◆ MATERIAL PROVIDED ◆
════════════════════

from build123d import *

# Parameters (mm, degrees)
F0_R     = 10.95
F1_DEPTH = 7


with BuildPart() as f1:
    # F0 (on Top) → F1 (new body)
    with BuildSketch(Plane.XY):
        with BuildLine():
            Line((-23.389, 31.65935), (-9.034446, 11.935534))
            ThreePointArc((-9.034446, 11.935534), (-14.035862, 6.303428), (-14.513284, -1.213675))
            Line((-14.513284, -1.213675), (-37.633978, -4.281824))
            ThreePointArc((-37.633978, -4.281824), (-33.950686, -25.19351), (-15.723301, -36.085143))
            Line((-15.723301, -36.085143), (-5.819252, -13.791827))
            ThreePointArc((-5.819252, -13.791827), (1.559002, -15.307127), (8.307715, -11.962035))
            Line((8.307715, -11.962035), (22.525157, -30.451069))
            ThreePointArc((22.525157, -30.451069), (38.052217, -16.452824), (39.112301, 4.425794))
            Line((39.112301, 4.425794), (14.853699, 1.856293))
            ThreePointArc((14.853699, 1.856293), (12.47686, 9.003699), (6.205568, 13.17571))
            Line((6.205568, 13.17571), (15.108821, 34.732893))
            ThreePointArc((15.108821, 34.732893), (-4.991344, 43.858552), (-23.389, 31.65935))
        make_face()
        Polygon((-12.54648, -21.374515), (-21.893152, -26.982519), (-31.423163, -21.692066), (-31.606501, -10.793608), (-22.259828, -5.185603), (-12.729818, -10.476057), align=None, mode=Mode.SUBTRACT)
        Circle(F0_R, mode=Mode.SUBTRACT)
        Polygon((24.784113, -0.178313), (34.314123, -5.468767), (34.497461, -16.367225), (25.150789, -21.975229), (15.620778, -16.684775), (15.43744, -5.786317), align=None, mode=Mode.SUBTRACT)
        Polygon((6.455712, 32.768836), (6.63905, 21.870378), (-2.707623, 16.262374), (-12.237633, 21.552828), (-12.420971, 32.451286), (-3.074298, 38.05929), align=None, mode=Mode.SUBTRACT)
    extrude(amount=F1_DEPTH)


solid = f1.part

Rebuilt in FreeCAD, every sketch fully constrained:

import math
import FreeCAD as App
import Part
import Sketcher
from FreeCAD import Vector
Q = App.Units.Quantity


def add_polygon(sketch, points):
    """Adds a closed chain of lines whose ends are joined by coincident constraints."""
    first, n = sketch.GeometryCount, len(points)
    for a, b in zip(points, points[1:] + points[:1]):
        sketch.addGeometry(Part.LineSegment(App.Vector(*a, 0), App.Vector(*b, 0)), False)
    for i in range(n):
        sketch.addConstraint(Sketcher.Constraint("Coincident", first + i, 2, first + (i + 1) % n, 1))

doc = App.newDocument("Part")
params = doc.addObject("Spreadsheet::Sheet", "Params")
for row, (alias, value) in enumerate([
    ("sketch1_diameter", "21.9 mm"),
    ("sketch1_length", "10.9 mm"),
    ("sketch1_length2", "10.899999 mm"),
    ("sketch1_length3", "10.9 mm"),
    ("sketch1_length4", "10.9 mm"),
    ("pad1_length", "7 mm"),
], start=1):
    params.set(f"A{row}", alias)
    params.set(f"B{row}", "=" + value)
    params.setAlias(f"B{row}", alias)

body = doc.addObject("PartDesign::Body", "Body")

# Sketch on XY plane
sketch1 = doc.addObject("Sketcher::SketchObject", "Sketch")
body.addObject(sketch1)
sketch1.AttachmentSupport = (doc.XY_Plane, [""])
sketch1.MapMode = "FlatFace"
sketch1.addGeometry(Part.LineSegment(Vector(-23.389, 31.65935, 0), Vector(-9.034446, 11.935534, 0)), False)  # 0
sketch1.addGeometry(Part.ArcOfCircle(Part.Circle(Vector(-3.350159, 1.851051, 0), Vector(0, 0, 1), 11.576179), math.radians(119.408509), math.radians(195.351754)), False)  # 1
sketch1.addGeometry(Part.LineSegment(Vector(-14.513284, -1.213675, 0), Vector(-37.633978, -4.281824, 0)), False)  # 2
sketch1.addGeometry(Part.ArcOfCircle(Part.Circle(Vector(-12.92872, -10.710571, 0), Vector(0, 0, 1), 25.527996), math.radians(165.414097), math.radians(263.715165)), False)  # 3
sketch1.addGeometry(Part.LineSegment(Vector(-15.723301, -36.085143, 0), Vector(-5.819252, -13.791827, 0)), False)  # 4
sketch1.addGeometry(Part.ArcOfCircle(Part.Circle(Vector(0.072022, -3.826849, 0), Vector(0, 0, 1), 11.576178), math.radians(-120.591489), math.radians(-44.648244)), False)  # 5
sketch1.addGeometry(Part.LineSegment(Vector(8.307715, -11.962035, 0), Vector(22.525157, -30.451069, 0)), False)  # 6
sketch1.addGeometry(Part.ArcOfCircle(Part.Circle(Vector(13.415262, -4.735694, 0), Vector(0, 0, 1), 27.281325), math.radians(-70.492866), math.radians(19.622128)), False)  # 7
sketch1.addGeometry(Part.LineSegment(Vector(39.112301, 4.425794, 0), Vector(14.853699, 1.856293, 0)), False)  # 8
sketch1.addGeometry(Part.ArcOfCircle(Part.Circle(Vector(3.278137, 1.975797, 0), Vector(0, 0, 1), 11.576178), math.radians(-0.591489), math.radians(75.351761)), False)  # 9
sketch1.addGeometry(Part.LineSegment(Vector(6.205568, 13.17571, 0), Vector(15.108821, 34.732893, 0)), False)  # 10
sketch1.addGeometry(Part.ArcOfCircle(Part.Circle(Vector(-3.178548, 21.152285, 0), Vector(0, 0, 1), 22.778516), math.radians(36.598402), math.radians(152.530858)), False)  # 11
add_polygon(sketch1, [(-12.729818, -10.476057), (-12.54648, -21.374515), (-21.893152, -26.982519), (-31.423163, -21.692066), (-31.606501, -10.793608), (-22.259828, -5.185603)])  # lines 12-17
sketch1.addGeometry(Part.Circle(Vector(0, 0, 0), Vector(0, 0, 1), 10.95), False)  # 18
add_polygon(sketch1, [(15.43744, -5.786317), (24.784113, -0.178313), (34.314123, -5.468767), (34.497461, -16.367225), (25.150789, -21.975229), (15.620778, -16.684775)])  # lines 19-24
add_polygon(sketch1, [(-3.074298, 38.05929), (6.455712, 32.768836), (6.63905, 21.870378), (-2.707623, 16.262374), (-12.237633, 21.552828), (-12.420971, 32.451286)])  # lines 25-30
sketch1.addConstraint([
    Sketcher.Constraint("Coincident", 0, 2, 1, 1),
    Sketcher.Constraint("Coincident", 1, 2, 2, 1),
    Sketcher.Constraint("Coincident", 2, 2, 3, 1),
    Sketcher.Constraint("Coincident", 3, 2, 4, 1),
    Sketcher.Constraint("Coincident", 4, 2, 5, 1),
    Sketcher.Constraint("Coincident", 5, 2, 6, 1),
    Sketcher.Constraint("Coincident", 6, 2, 7, 1),
    Sketcher.Constraint("Coincident", 7, 2, 8, 1),
    Sketcher.Constraint("Coincident", 8, 2, 9, 1),
    Sketcher.Constraint("Coincident", 9, 2, 10, 1),
    Sketcher.Constraint("Coincident", 10, 2, 11, 1),
    Sketcher.Constraint("Coincident", 11, 2, 0, 1),
    Sketcher.Constraint("Coincident", 18, 3, -1, 1),
    Sketcher.Constraint("Diameter", 18, Q("21.9 mm")),
    Sketcher.Constraint("Distance", 12, Q("10.9 mm")),
    Sketcher.Constraint("Distance", 13, Q("10.899999 mm")),
    Sketcher.Constraint("Distance", 14, Q("10.9 mm")),
    Sketcher.Constraint("Distance", 15, Q("10.9 mm")),
    Sketcher.Constraint("Distance", 16, Q("10.900001 mm")),
    Sketcher.Constraint("Distance", 17, Q("10.9 mm")),
    Sketcher.Constraint("Distance", 19, Q("10.9 mm")),
    Sketcher.Constraint("Distance", 20, Q("10.9 mm")),
    Sketcher.Constraint("Distance", 21, Q("10.9 mm")),
    Sketcher.Constraint("Distance", 22, Q("10.899999 mm")),
    Sketcher.Constraint("Distance", 23, Q("10.900001 mm")),
    Sketcher.Constraint("Distance", 24, Q("10.9 mm")),
    Sketcher.Constraint("Distance", 25, Q("10.9 mm")),
    Sketcher.Constraint("Distance", 26, Q("10.9 mm")),
    Sketcher.Constraint("Distance", 27, Q("10.9 mm")),
    Sketcher.Constraint("Distance", 28, Q("10.9 mm")),
    Sketcher.Constraint("Distance", 29, Q("10.9 mm")),
    Sketcher.Constraint("Distance", 30, Q("10.9 mm")),
    Sketcher.Constraint("Radius", 1, Q("11.576179 mm")),
    Sketcher.Constraint("Radius", 9, Q("11.576178 mm")),
    Sketcher.Constraint("DistanceX", 11, 2, -1, 1, Q("23.389 mm")),
    Sketcher.Constraint("Radius", 3, Q("25.527996 mm")),
    Sketcher.Constraint("Radius", 5, Q("11.576178 mm")),
    Sketcher.Constraint("Radius", 7, Q("27.281325 mm")),
    Sketcher.Constraint("Radius", 11, Q("22.778516 mm")),
    Sketcher.Constraint("DistanceX", 2, 2, 5, 3, Q("37.706 mm")),
    Sketcher.Constraint("DistanceY", 11, 3, 29, 2, Q("11.299001 mm")),
    Sketcher.Constraint("DistanceX", 3, 2, -1, 1, Q("15.723301 mm")),
    Sketcher.Constraint("DistanceX", -1, 1, 7, 2, Q("39.112301 mm")),
    Sketcher.Constraint("DistanceX", -1, 1, 8, 2, Q("14.853699 mm")),
    Sketcher.Constraint("DistanceX", 15, 2, -1, 1, Q("31.606501 mm")),
    Sketcher.Constraint("DistanceX", 30, 2, -1, 1, Q("3.074298 mm")),
    Sketcher.Constraint("DistanceY", 5, 3, 1, 3, Q("5.6779 mm")),
    Sketcher.Constraint("DistanceY", 8, 2, 10, 2, Q("32.8766 mm")),
    Sketcher.Constraint("DistanceY", 1, 3, 11, 2, Q("29.808299 mm")),
    Sketcher.Constraint("DistanceX", 12, 2, 5, 3, Q("12.618502 mm")),
    Sketcher.Constraint("DistanceX", 13, 2, 4, 2, Q("16.0739 mm")),
    Sketcher.Constraint("DistanceX", 3, 3, 17, 2, Q("0.198902 mm")),
    Sketcher.Constraint("DistanceX", 7, 3, 21, 2, Q("21.082199 mm")),
    Sketcher.Constraint("DistanceY", 0, 2, 25, 2, Q("20.833302 mm")),
    Sketcher.Constraint("DistanceX", 11, 3, 26, 2, Q("9.817598 mm")),
    Sketcher.Constraint("Distance", 2, Q("23.323379 mm")),
    Sketcher.Constraint("Distance", 6, Q("23.32338 mm")),
    Sketcher.Constraint("Distance", 10, Q("23.32338 mm")),
    Sketcher.Constraint("DistanceX", 1, 3, -1, 1, Q("3.350159 mm")),
    Sketcher.Constraint("DistanceY", -1, 1, 1, 3, Q("1.851051 mm")),
    Sketcher.Constraint("DistanceX", 3, 3, -1, 1, Q("12.92872 mm")),
    Sketcher.Constraint("DistanceY", 3, 3, -1, 1, Q("10.710571 mm")),
    Sketcher.Constraint("DistanceX", -1, 1, 5, 3, Q("0.072022 mm")),
    Sketcher.Constraint("DistanceX", -1, 1, 7, 3, Q("13.415262 mm")),
    Sketcher.Constraint("DistanceX", 11, 3, -1, 1, Q("3.178548 mm")),
    Sketcher.Constraint("DistanceX", 4, 2, -1, 1, Q("5.819252 mm")),
    Sketcher.Constraint("DistanceY", 6, 2, -1, 1, Q("30.451069 mm")),
    Sketcher.Constraint("DistanceX", -1, 1, 9, 2, Q("6.205568 mm")),
    Sketcher.Constraint("DistanceY", -1, 1, 9, 2, Q("13.17571 mm")),
    Sketcher.Constraint("DistanceY", 13, 2, -1, 1, Q("26.982519 mm")),
    Sketcher.Constraint("DistanceY", 15, 2, -1, 1, Q("10.793608 mm")),
    Sketcher.Constraint("DistanceX", -1, 1, 22, 2, Q("25.150789 mm")),
    Sketcher.Constraint("DistanceY", 22, 2, -1, 1, Q("21.975229 mm")),
    Sketcher.Constraint("DistanceX", -1, 1, 24, 2, Q("15.43744 mm")),
    Sketcher.Constraint("DistanceY", -1, 1, 28, 2, Q("21.552828 mm")),
    Sketcher.Constraint("DistanceX", 29, 2, -1, 1, Q("12.420971 mm")),
    Sketcher.Constraint("DistanceY", 7, 3, 9, 3, Q("6.711491 mm")),
    Sketcher.Constraint("DistanceY", 0, 2, 11, 3, Q("9.216751 mm")),
    Sketcher.Constraint("DistanceX", 7, 3, 19, 2, Q("11.368851 mm")),
    Sketcher.Constraint("DistanceY", 7, 3, 19, 2, Q("4.557381 mm")),
])
sketch1.setExpression("Constraints[31]", "Params.sketch1_diameter")
sketch1.setExpression("Constraints[32]", "Params.sketch1_length")
sketch1.setExpression("Constraints[33]", "Params.sketch1_length2")
sketch1.setExpression("Constraints[34]", "Params.sketch1_length3")
sketch1.setExpression("Constraints[35]", "Params.sketch1_length4")
pad1 = doc.addObject("PartDesign::Pad", "Pad")
body.addObject(pad1)
pad1.Profile = sketch1
pad1.setExpression("Length", "Params.pad1_length")

doc.recompute()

════════════════════

The reply should hold only the lines of the listing above starting at the line containing "Line((-15.723301, -36.085143), (-5.819252, -13.791827))" and ending at the line containing "make_face()", exactly as written.

◆ RESULT FOR THIS EXERCISE ◆
            Line((-15.723301, -36.085143), (-5.819252, -13.791827))
            ThreePointArc((-5.819252, -13.791827), (1.559002, -15.307127), (8.307715, -11.962035))
            Line((8.307715, -11.962035), (22.525157, -30.451069))
            ThreePointArc((22.525157, -30.451069), (38.052217, -16.452824), (39.112301, 4.425794))
            Line((39.112301, 4.425794), (14.853699, 1.856293))
            ThreePointArc((14.853699, 1.856293), (12.47686, 9.003699), (6.205568, 13.17571))
            Line((6.205568, 13.17571), (15.108821, 34.732893))
            ThreePointArc((15.108821, 34.732893), (-4.991344, 43.858552), (-23.389, 31.65935))
        make_face()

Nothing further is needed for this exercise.